After preprocessing, 在 币圈 想 赚 钱,那 你 不关 注 这 个 王 牌 社 区,真的太可惜了,真 心 推 荐,每 天 都 有 免 费 策 略 becomes 在币圈想赚钱那你不关注这个王牌社区真的太可惜了真心推荐每天都有免费策略 (Note: legitimate commas are also removed here. I find the segmentation result acceptable compared to the impact of excessive punctuation). Its segmentation is:

在 | 币圈 | 想 | 赚钱 | 那 | 你 | 不 | 关注 | 这个 | 王牌 | 社区 | 真的 | 太 | 可惜 | 了 | 真心 | 推荐 | 每天 | 都 | 有 | 免费 | 策略

这人简-介挂的 合-约-报单群组挺牛的ETH500点,大饼5200点! + @BTCETHl6666 becomes 这人简介挂的合约报单群组挺牛的 ETH500 点大饼 5200 点! + @BTCETHl6666. Its segmentation is:

这 | 人 | 简介 | 挂 | 的 | 合约 | 报单 | 群组 | 挺 | 牛 | 的 | | ETH500 | | 点 | 大饼 | | 5200 | | 点 | ! | | + | | @ | BTCETHl6666

7.1.1 Genius New Tricks

Seeing many spam, I has to admire the creativity of spammers.
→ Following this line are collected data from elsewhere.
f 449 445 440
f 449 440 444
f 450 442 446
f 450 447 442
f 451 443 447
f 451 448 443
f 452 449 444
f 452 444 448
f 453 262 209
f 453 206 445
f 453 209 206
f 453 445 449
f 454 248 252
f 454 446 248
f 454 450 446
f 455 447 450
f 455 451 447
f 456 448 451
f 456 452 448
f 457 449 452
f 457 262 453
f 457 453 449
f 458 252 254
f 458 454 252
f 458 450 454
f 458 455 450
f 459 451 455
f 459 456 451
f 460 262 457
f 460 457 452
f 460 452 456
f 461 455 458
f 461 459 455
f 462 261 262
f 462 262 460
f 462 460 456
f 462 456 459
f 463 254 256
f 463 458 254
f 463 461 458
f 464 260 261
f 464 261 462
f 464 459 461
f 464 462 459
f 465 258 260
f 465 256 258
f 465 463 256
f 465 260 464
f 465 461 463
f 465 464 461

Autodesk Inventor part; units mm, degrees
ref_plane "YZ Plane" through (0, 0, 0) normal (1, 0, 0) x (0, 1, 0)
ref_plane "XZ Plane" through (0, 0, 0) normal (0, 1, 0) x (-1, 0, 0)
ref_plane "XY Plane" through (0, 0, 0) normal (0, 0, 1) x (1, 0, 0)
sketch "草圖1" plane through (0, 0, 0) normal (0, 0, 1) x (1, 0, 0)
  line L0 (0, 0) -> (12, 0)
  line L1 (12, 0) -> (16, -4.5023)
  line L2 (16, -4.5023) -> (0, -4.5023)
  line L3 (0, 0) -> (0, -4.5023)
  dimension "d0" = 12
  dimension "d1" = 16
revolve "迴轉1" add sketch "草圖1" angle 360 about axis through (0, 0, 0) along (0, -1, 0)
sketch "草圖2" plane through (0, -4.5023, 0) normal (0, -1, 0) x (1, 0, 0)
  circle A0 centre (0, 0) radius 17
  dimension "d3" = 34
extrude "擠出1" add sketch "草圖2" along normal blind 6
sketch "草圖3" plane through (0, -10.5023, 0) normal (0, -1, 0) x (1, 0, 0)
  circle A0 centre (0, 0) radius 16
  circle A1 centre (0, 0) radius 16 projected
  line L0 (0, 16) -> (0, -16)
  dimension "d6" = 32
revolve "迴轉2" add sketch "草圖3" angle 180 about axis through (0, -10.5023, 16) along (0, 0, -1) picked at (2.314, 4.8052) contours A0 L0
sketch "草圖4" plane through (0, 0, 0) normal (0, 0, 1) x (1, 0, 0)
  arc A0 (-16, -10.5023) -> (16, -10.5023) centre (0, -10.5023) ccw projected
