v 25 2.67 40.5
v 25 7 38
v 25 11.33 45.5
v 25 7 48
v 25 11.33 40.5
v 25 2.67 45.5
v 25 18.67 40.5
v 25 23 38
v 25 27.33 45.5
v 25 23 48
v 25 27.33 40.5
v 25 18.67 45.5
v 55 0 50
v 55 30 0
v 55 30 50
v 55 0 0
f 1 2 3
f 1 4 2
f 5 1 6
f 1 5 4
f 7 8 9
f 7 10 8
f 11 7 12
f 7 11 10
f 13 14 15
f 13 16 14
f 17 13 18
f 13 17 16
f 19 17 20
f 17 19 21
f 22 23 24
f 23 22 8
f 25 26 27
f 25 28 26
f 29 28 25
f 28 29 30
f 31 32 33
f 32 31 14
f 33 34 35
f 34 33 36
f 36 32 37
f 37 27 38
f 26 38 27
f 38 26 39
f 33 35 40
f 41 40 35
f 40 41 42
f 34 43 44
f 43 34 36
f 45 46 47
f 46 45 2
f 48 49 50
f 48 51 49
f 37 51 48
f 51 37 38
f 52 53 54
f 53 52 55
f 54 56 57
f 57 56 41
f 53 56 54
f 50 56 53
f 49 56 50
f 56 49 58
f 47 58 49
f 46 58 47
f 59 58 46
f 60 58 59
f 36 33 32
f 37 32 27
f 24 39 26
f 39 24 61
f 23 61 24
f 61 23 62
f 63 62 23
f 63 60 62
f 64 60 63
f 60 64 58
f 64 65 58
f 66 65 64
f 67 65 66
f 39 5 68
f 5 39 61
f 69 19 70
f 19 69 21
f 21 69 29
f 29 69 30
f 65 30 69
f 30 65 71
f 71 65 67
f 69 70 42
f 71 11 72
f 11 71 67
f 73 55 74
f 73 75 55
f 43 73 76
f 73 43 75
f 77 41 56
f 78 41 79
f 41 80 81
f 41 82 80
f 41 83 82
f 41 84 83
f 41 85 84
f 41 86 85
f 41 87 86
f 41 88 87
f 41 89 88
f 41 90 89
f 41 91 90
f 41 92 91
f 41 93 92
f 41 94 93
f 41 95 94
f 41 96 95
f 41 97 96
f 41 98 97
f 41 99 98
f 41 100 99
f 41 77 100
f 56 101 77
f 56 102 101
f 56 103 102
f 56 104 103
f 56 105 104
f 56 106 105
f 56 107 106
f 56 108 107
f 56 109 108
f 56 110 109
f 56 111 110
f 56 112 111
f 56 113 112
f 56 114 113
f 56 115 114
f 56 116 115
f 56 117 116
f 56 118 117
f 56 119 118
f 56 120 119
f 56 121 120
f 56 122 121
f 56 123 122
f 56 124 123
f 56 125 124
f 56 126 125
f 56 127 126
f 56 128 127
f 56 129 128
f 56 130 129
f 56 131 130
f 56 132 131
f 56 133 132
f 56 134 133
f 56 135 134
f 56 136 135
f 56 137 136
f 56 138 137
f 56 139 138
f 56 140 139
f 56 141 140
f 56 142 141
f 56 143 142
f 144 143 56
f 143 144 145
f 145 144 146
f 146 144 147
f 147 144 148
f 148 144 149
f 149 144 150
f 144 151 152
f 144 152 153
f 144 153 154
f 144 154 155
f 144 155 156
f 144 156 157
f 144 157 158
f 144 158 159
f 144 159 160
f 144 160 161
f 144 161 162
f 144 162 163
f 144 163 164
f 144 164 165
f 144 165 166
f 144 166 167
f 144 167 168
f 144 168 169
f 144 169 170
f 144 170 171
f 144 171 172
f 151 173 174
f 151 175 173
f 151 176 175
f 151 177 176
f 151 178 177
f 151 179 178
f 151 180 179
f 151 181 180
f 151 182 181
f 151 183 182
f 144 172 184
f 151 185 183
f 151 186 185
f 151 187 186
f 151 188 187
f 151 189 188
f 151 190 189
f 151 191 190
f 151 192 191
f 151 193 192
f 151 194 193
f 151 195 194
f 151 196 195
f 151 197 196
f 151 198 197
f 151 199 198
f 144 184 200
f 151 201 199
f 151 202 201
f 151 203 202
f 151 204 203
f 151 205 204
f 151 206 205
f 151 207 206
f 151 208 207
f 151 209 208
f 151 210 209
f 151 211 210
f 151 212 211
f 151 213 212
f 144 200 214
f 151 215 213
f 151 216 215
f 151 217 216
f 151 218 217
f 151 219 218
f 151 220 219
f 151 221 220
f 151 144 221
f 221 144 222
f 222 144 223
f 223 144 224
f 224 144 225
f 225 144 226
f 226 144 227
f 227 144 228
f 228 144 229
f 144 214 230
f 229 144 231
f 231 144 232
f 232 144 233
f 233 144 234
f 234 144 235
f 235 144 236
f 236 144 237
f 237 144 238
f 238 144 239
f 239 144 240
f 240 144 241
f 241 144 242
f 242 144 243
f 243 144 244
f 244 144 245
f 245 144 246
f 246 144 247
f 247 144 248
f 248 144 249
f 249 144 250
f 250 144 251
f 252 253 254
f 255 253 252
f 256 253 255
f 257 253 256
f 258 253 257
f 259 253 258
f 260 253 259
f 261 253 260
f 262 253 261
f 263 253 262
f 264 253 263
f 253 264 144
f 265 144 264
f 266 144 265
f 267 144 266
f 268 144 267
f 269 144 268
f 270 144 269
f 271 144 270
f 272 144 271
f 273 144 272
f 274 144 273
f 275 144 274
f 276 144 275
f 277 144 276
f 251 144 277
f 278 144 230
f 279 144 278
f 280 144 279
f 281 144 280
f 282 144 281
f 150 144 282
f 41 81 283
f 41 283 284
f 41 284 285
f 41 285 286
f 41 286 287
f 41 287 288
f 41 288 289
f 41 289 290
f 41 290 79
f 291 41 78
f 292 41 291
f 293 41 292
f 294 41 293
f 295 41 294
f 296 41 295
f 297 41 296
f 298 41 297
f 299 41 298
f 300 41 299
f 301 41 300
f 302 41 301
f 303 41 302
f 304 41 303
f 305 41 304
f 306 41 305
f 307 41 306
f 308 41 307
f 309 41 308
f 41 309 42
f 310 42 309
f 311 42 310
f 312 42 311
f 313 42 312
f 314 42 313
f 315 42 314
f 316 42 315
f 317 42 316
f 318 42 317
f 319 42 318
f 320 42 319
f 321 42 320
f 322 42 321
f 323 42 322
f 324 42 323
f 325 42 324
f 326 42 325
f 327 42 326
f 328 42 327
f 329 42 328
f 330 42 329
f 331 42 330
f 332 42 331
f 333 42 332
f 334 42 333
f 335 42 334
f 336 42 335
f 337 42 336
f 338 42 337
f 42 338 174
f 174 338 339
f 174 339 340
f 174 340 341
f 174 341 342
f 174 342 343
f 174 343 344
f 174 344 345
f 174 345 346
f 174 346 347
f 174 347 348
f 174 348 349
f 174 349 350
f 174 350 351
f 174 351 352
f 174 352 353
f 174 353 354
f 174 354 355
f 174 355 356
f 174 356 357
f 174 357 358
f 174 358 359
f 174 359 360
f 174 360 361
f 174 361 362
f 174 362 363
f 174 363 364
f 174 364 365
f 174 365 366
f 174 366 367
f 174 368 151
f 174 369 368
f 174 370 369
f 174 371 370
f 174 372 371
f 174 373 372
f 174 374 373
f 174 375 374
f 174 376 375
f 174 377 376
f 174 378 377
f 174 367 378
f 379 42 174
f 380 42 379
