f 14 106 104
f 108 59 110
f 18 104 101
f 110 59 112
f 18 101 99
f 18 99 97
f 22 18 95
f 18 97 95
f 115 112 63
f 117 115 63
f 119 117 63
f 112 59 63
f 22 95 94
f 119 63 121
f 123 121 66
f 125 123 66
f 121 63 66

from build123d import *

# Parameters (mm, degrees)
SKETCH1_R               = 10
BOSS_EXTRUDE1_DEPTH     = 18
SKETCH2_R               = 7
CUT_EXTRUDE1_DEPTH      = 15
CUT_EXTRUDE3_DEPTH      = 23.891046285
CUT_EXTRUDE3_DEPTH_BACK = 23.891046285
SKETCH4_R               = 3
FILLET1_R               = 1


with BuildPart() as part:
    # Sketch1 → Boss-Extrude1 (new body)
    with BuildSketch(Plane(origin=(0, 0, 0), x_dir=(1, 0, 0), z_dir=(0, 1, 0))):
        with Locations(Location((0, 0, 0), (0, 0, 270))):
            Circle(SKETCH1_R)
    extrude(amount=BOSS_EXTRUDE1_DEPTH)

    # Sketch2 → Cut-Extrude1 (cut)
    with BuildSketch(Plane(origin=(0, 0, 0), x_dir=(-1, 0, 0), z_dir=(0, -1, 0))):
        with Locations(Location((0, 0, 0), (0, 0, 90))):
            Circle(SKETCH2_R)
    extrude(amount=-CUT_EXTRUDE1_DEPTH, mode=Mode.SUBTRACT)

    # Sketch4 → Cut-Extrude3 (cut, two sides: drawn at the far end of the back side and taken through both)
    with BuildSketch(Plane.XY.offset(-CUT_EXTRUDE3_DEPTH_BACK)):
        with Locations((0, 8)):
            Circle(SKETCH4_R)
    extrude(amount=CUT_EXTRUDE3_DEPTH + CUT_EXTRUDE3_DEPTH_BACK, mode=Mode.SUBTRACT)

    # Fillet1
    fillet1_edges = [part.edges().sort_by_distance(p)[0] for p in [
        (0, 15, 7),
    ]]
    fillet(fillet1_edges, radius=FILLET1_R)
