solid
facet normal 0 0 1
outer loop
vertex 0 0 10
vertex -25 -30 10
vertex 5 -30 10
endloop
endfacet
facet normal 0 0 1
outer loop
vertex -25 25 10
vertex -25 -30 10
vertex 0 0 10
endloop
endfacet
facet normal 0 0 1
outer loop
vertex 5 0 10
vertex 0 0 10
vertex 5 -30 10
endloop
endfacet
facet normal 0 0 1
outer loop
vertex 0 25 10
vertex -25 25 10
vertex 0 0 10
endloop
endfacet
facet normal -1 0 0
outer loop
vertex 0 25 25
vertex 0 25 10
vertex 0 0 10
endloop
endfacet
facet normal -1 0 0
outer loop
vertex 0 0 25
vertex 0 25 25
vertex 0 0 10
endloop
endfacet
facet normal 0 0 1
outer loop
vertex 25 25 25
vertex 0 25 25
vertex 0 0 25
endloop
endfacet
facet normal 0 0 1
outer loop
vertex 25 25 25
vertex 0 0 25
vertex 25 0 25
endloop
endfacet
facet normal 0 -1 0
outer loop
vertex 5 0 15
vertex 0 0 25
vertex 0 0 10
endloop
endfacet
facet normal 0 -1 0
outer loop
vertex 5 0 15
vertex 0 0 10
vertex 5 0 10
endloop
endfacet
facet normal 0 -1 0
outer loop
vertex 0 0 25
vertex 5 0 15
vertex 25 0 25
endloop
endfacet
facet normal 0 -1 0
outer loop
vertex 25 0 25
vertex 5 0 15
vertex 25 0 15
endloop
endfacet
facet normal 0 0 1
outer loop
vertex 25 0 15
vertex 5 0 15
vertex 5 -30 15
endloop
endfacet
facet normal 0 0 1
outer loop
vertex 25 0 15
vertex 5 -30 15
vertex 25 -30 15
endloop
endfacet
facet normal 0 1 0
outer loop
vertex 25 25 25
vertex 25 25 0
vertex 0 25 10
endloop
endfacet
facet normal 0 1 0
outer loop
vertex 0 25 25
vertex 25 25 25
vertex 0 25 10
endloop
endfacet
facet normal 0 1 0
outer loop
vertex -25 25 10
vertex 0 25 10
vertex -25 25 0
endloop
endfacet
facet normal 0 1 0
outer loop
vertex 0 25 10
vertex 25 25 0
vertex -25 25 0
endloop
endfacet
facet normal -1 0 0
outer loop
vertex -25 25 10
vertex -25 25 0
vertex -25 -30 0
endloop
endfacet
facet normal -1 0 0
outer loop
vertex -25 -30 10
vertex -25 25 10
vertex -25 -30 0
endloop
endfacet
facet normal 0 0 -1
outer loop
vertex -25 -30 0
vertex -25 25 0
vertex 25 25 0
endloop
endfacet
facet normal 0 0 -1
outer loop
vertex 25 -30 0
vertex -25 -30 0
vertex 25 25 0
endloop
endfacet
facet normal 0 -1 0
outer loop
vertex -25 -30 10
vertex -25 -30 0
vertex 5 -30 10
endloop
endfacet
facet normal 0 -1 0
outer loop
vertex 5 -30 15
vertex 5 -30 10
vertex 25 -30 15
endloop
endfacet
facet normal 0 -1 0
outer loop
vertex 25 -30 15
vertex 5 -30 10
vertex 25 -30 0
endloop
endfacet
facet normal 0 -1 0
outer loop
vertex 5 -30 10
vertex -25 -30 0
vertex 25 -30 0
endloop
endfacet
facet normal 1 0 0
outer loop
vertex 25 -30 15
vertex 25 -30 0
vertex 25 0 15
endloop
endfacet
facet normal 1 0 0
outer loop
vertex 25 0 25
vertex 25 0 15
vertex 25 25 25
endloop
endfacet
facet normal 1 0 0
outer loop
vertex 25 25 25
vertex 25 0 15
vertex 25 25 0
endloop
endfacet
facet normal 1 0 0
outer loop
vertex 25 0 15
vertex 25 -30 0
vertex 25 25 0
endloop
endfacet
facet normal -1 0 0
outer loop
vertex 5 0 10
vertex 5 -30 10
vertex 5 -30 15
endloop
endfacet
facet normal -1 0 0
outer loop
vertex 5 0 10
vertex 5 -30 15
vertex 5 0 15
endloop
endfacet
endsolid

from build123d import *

# Parameters (mm, degrees)
F1_DEPTH = 25
F2_DEPTH = 10
F0_W     = 20
F0_H     = 30
F3_DEPTH = 15


with BuildPart() as f1:
    # F0 (on Top) → F1 (new body)
    with BuildSketch(Plane.XY):
        Polygon((0, 25), (0, 0), (5, 0), (25, 0), (25, 25), align=None)
    extrude(amount=F1_DEPTH)

    # F0 (on Top) → F2 (join)
    with BuildSketch(Plane.XY):
        Polygon((5, 0), (0, 0), (0, 25), (-25, 25), (-25, -30), (5, -30), align=None)
    extrude(amount=F2_DEPTH)

    # F0 (on Top) → F3 (join)
    with BuildSketch(Plane.XY):
        with Locations((15, -15)):
            Rectangle(F0_W, F0_H)
    extrude(amount=F3_DEPTH)


solid = f1.part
Because sending spam in messages gets caught by blockers, they innovatively came up with new tricks:

The messages contain normal text, but the profile picture and username are spam. This way, the spam blocker can’t work. Truly ingenious.

Faced with such creative opponents, I adapted by building a training model for usernames. During detection, both the message text model and the username model are checked. If either one considers it spam, it gets blocked.
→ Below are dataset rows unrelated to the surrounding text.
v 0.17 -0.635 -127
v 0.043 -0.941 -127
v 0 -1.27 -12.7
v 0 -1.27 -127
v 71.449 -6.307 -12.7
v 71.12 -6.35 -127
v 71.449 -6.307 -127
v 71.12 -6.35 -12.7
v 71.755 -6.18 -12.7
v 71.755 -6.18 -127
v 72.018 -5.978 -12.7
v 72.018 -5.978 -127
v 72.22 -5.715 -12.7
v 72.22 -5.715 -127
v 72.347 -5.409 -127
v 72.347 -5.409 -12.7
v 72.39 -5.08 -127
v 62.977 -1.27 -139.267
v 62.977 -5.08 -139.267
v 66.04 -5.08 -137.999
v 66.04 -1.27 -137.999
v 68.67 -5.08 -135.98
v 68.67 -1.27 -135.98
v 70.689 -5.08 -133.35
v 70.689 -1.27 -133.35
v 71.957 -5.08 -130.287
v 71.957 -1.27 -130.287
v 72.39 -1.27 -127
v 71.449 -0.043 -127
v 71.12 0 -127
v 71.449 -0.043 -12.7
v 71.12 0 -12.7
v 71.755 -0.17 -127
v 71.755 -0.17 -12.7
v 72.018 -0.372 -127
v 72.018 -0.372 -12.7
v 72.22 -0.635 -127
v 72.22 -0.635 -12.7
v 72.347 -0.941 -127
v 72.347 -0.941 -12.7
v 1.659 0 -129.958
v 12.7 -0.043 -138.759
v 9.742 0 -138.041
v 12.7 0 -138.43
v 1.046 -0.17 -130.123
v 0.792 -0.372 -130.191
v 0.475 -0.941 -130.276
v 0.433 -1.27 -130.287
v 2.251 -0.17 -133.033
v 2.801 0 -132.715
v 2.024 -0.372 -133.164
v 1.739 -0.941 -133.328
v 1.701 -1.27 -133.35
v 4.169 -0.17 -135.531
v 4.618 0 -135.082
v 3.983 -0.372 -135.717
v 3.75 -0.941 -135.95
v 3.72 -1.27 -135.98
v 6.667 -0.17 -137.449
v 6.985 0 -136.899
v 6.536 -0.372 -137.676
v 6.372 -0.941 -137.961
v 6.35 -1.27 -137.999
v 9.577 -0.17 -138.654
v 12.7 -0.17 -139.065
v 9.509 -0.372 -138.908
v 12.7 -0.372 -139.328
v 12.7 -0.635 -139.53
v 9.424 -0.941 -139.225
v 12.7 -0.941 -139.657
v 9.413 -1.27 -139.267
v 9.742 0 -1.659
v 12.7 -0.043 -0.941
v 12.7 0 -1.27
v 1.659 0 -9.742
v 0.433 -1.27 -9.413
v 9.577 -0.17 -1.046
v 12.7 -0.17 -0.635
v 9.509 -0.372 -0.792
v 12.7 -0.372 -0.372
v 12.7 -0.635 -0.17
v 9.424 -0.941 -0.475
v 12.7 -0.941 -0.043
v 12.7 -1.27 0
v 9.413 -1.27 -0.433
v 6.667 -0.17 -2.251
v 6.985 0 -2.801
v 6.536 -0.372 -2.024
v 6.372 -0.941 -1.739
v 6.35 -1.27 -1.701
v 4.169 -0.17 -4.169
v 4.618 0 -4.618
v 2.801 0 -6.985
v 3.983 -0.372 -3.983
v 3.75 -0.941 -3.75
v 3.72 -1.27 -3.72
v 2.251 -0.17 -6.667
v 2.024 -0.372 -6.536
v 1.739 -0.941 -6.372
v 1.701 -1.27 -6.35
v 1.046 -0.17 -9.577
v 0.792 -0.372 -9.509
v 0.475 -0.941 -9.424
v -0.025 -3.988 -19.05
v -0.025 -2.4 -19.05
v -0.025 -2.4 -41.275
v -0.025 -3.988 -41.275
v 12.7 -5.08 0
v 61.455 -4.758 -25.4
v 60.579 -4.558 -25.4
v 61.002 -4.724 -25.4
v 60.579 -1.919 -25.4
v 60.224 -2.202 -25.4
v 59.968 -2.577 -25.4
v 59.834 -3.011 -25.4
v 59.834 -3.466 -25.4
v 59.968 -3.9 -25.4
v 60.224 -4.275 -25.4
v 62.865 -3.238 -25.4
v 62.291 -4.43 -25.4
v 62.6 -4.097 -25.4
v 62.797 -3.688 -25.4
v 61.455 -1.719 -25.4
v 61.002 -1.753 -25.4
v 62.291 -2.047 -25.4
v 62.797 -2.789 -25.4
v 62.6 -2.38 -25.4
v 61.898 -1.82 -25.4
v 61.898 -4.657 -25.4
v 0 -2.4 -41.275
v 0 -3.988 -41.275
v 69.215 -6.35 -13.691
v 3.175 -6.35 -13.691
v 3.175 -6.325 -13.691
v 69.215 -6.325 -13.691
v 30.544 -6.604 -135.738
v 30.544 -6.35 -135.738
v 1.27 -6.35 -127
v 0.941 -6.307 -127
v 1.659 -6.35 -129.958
One could go further by doing OCR on profile pictures to extract text and add another model for profile pictures, but OCR is quite costly, so I’ll hold off for now.

7.2 Optimization

Without users, any optimization is unnecessary, as premature optimization is the root of all evil. Therefore, I focus on building the prototype first. But this doesn’t mean the prototype has no room for optimization.

I have several optimization ideas in mind:

  1. jieba’s segmentation might not be the best; other NLP algorithms could be used later for optimization.
  2. Retraining on every single training message is inefficient. A batching mechanism could be added, waiting for 5 minutes or accumulating 100 messages before processing.
  3. Currently, the entire model is computed in memory and persisted to the DB after calculation. A cache layer between memory and the database could optimize performance.
  4. The Bayesian algorithm might not be effective enough; a more complex machine learning model could be used.
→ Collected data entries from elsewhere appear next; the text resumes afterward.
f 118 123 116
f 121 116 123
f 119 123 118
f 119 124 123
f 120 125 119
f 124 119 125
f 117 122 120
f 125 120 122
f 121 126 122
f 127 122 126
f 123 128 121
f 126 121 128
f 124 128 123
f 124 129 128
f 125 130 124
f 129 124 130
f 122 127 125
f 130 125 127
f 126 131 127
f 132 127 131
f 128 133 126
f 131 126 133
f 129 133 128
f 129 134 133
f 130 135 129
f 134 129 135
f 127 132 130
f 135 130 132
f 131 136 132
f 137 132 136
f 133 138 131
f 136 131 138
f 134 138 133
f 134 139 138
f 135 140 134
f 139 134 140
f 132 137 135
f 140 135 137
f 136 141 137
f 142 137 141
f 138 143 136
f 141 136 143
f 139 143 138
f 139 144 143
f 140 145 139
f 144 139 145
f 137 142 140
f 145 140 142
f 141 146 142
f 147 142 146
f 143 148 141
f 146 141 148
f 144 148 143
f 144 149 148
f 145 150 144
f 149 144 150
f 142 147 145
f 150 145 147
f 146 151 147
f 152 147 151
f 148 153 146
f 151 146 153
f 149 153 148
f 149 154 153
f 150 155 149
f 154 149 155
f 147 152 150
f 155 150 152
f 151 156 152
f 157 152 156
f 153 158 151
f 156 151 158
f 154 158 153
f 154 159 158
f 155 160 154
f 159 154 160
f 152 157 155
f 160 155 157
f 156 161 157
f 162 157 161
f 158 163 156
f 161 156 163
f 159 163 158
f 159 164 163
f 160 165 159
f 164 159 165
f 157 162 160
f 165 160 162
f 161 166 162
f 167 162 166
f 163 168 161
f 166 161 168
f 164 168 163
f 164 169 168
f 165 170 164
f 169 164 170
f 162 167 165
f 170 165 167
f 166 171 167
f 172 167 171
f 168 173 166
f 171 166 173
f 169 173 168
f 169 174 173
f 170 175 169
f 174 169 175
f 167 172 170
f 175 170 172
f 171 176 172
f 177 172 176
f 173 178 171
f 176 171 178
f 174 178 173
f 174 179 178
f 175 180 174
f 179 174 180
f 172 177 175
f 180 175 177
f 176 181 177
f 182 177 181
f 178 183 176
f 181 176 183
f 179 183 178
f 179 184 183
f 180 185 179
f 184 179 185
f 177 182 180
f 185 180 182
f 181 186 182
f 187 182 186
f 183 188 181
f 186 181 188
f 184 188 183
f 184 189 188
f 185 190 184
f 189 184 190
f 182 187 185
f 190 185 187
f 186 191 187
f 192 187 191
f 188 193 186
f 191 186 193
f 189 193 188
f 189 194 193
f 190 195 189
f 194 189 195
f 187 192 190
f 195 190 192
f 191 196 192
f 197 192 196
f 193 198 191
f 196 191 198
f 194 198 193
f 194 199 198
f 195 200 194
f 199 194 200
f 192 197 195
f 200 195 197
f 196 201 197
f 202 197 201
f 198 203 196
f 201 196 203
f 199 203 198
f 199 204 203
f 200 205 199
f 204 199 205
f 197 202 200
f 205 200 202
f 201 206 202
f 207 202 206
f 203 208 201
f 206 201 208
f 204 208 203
But these optimization points are all Good to have, not Must have. I’ll optimize them when actual problems arise later.

8 Does it capture spam?

Sending a message using transformed spam words:

Successfully detected and automatically deleted:

Some you might say this is just a demo showcase. Why are spam posted by others in my group still not being detected?

Because the Bayesian algorithm is fundamentally a probability-based algorithm. If it hasn’t encountered similar spam before, it cannot determine whether they are spam :(

Be patient. All you need to do is use the /markspam command to delete the message and ban the user. This helps train the bot, and all users of this bot will benefit.

9 Conclusion

I thoroughly enjoyed this creative process: discovering a problem, having a spark of inspiration, building a prototype, and finally polishing it into a complete project.

Although this is purely powered by passion – the code is open source, and I have to pay for the server out of my own pocket, with no material return.

But every time I see the bot successfully block an spam, that joy of creation and see it’s working is the best reward.